In State v. Mazzarisi, the Appellate Division held that while the officers were prohibited from testifying and the conversation had to be excluded from trial, the intentional recording of an attorney client conversation was not enough to quell the prosecution and dismiss the indictment. In this case, the attorney brought the defendant to the police station to surrender him on charges fo attempted murder and related offenses. Upon arrival, they were placed in a room awaiting a dectective. As soon as they were placed in the room, police turned on a recording device withouth their knowledge and recorded the conversation of the attorney and defendant while they were alone in the interview room. Thereafter, defendant invoked his Fifth Amendment right not to make a statement. No information was was derived by the conversations and the record revealed that no further investigation was prompted by the conversation. No harm, no foul.

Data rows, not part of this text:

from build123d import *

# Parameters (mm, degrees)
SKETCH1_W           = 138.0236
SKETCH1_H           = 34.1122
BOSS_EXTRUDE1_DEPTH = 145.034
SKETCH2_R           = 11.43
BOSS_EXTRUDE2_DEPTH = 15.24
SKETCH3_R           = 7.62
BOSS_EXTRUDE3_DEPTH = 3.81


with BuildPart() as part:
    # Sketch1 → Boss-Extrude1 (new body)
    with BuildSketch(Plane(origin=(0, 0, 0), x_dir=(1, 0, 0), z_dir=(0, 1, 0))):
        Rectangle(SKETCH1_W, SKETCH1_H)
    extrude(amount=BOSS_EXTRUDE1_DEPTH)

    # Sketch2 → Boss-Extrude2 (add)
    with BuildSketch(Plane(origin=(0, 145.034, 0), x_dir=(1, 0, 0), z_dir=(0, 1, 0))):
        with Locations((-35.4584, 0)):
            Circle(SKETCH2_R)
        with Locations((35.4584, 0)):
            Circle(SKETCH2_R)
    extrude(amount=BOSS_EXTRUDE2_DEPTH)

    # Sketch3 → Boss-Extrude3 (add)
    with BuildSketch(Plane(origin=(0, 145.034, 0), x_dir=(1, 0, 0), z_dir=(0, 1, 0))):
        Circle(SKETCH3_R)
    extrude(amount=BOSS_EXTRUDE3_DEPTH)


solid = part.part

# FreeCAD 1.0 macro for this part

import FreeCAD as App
import Part
import Sketcher
Q = App.Units.Quantity


def add_polygon(sketch, points):
    """Adds a closed chain of lines whose ends are joined by coincident constraints."""
    first, n = sketch.GeometryCount, len(points)
    for a, b in zip(points, points[1:] + points[:1]):
        sketch.addGeometry(Part.LineSegment(App.Vector(*a, 0), App.Vector(*b, 0)), False)
    for i in range(n):
        sketch.addConstraint(Sketcher.Constraint("Coincident", first + i, 2, first + (i + 1) % n, 1))

doc = App.newDocument("Part")
body = doc.addObject("PartDesign::Body", "Body")

# Sketch on XZ plane
sketch1 = body.newObject("Sketcher::SketchObject", "Sketch")
sketch1.AttachmentSupport = (doc.getObject("XZ_Plane"), [""])
sketch1.MapMode = "FlatFace"
add_polygon(sketch1, [(-69, -17), (-69, 17), (69, 17), (69, -17)])  # lines 0-3
sketch1.addConstraint(Sketcher.Constraint("Vertical", 0))
sketch1.addConstraint(Sketcher.Constraint("Horizontal", 1))
sketch1.addConstraint(Sketcher.Constraint("Vertical", 2))
sketch1.addConstraint(Sketcher.Constraint("Horizontal", 3))
sketch1.addConstraint(Sketcher.Constraint("Symmetric", 0, 2, 2, 2, -1, 1))
sketch1.addConstraint(Sketcher.Constraint("DistanceX", 1, 1, 1, 2, Q("5.434 in")))
sketch1.addConstraint(Sketcher.Constraint("DistanceY", 0, 1, 0, 2, Q("1.343 in")))
pad1 = body.newObject("PartDesign::Pad", "Pad")
pad1.Profile = sketch1
pad1.Length = Q("5.71 in")
pad1.Reversed = True

# Sketch on XZ plane
sketch2 = body.newObject("Sketcher::SketchObject", "Sketch001")
sketch2.AttachmentSupport = (doc.getObject("XZ_Plane"), [""])
sketch2.MapMode = "FlatFace"
sketch2.AttachmentOffset = App.Placement(App.Vector(0, 0, -5.71 * 25.4), App.Rotation())
sketch2.addGeometry(Part.Circle(App.Vector(-35, 0, 0), App.Vector(0, 0, 1), 11), False)
sketch2.addGeometry(Part.Circle(App.Vector(35, 0, 0), App.Vector(0, 0, 1), 11), False)
sketch2.addConstraint(Sketcher.Constraint("Equal", 0, 1))
sketch2.addConstraint(Sketcher.Constraint("Symmetric", 0, 3, 1, 3, -1, 1))
sketch2.addConstraint(Sketcher.Constraint("PointOnObject", 0, 3, -1))
sketch2.addConstraint(Sketcher.Constraint("Diameter", 0, Q("0.9 in")))
sketch2.addConstraint(Sketcher.Constraint("DistanceX", 0, 3, -1, 1, Q("1.396 in")))
pad2 = body.newObject("PartDesign::Pad", "Pad001")
pad2.Profile = sketch2
pad2.Length = Q("0.6 in")
pad2.Reversed = True

# Sketch on XZ plane
sketch3 = body.newObject("Sketcher::SketchObject", "Sketch002")
sketch3.AttachmentSupport = (doc.getObject("XZ_Plane"), [""])
sketch3.MapMode = "FlatFace"
sketch3.AttachmentOffset = App.Placement(App.Vector(0, 0, -5.71 * 25.4), App.Rotation())
sketch3.addGeometry(Part.Circle(App.Vector(0, 0, 0), App.Vector(0, 0, 1), 8), False)
sketch3.addConstraint(Sketcher.Constraint("Coincident", 0, 3, -1, 1))
sketch3.addConstraint(Sketcher.Constraint("Diameter", 0, Q("0.6 in")))
pad3 = body.newObject("PartDesign::Pad", "Pad002")
pad3.Profile = sketch3
pad3.Length = Q("0.15 in")
pad3.Reversed = True

doc.recompute()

But the Court did exclude the officers testimony at trial and the state was prohibited from using any information obtained from the recorded conversation. The Court concluded this was not the case presented in State v. Sugar where the conversations led to search warrants where incriminating evidence was obtained and sought to be used against the defendant. In Sugar, the Court found a Sixth Amendment violation, but here because the conversations did not reveal defense strategy and the defendant would not suffer any prejudice at the time of trial, the indictment would not be dismissed and the case could proceed.

This is why most seasoned attorneys would never engage in conversation in a police station. I always tell my clients, we will talk when we get back to the office.

April 27

Domestic Violence Accusation Enough To Deny Gun Permit

In perhaps the most misguided decision this year, the Appellate Division eviscerated the Second Amendment of the United States Constitution and, in my opinion, negated the presumption of innocence. On April 22, 2015, the New Jersey Appellate Division ruled that a person ACCUSED of domestic violence and not convicted can still be denied a gun permit. WHAT? There is no disputing that the domestic violence statute is the most abused statute in the State of New Jersey. As acknowledged in State v. Hoffman, the domestic violence statute is commonly used “as a sword and not a shield”. There is no authority in the State of New Jersey for a court to order someone off their property in the absence of domestic violence. Often during a divorce when a spouse wants their soon-to-be Ex out of the house or is seeking to gain an advantage in a divorce case, false allegations of domestic violence are made. Moreover, many times there are mulitiple false allegations spanning different dates. Just because the police are called and respond to a domestic dispute does not mean an act of domestic violence was committed until there is a hearing and a finding of guilt.

But now we have the Appellate Division saying the mere, be it false, accusation of domestic violence can result in the denial of a gun permit. The justification is under the generic section of the statute which allows for a denial if there is a possible danger to “public, health, safety and welfare”. Since when is a false or unsubstantiated allegation a danger to public health, safety and welfare? Judge John Kennedy stated that the applicant in this case has shown “the potential for violent reaction”. Really – by being acquitted of domestic violence charges??? This decision must be appealed. This marks a substantial erosion of our fundemental rights and, if allowed to stand, who know what rights the Appellate Division may take away next. Perhaps this is a prelude to the Appellate Division ruling we do not have a right to trial at all! After all, who needs the right to trial, when we can assume guilt by accusation? How absurd.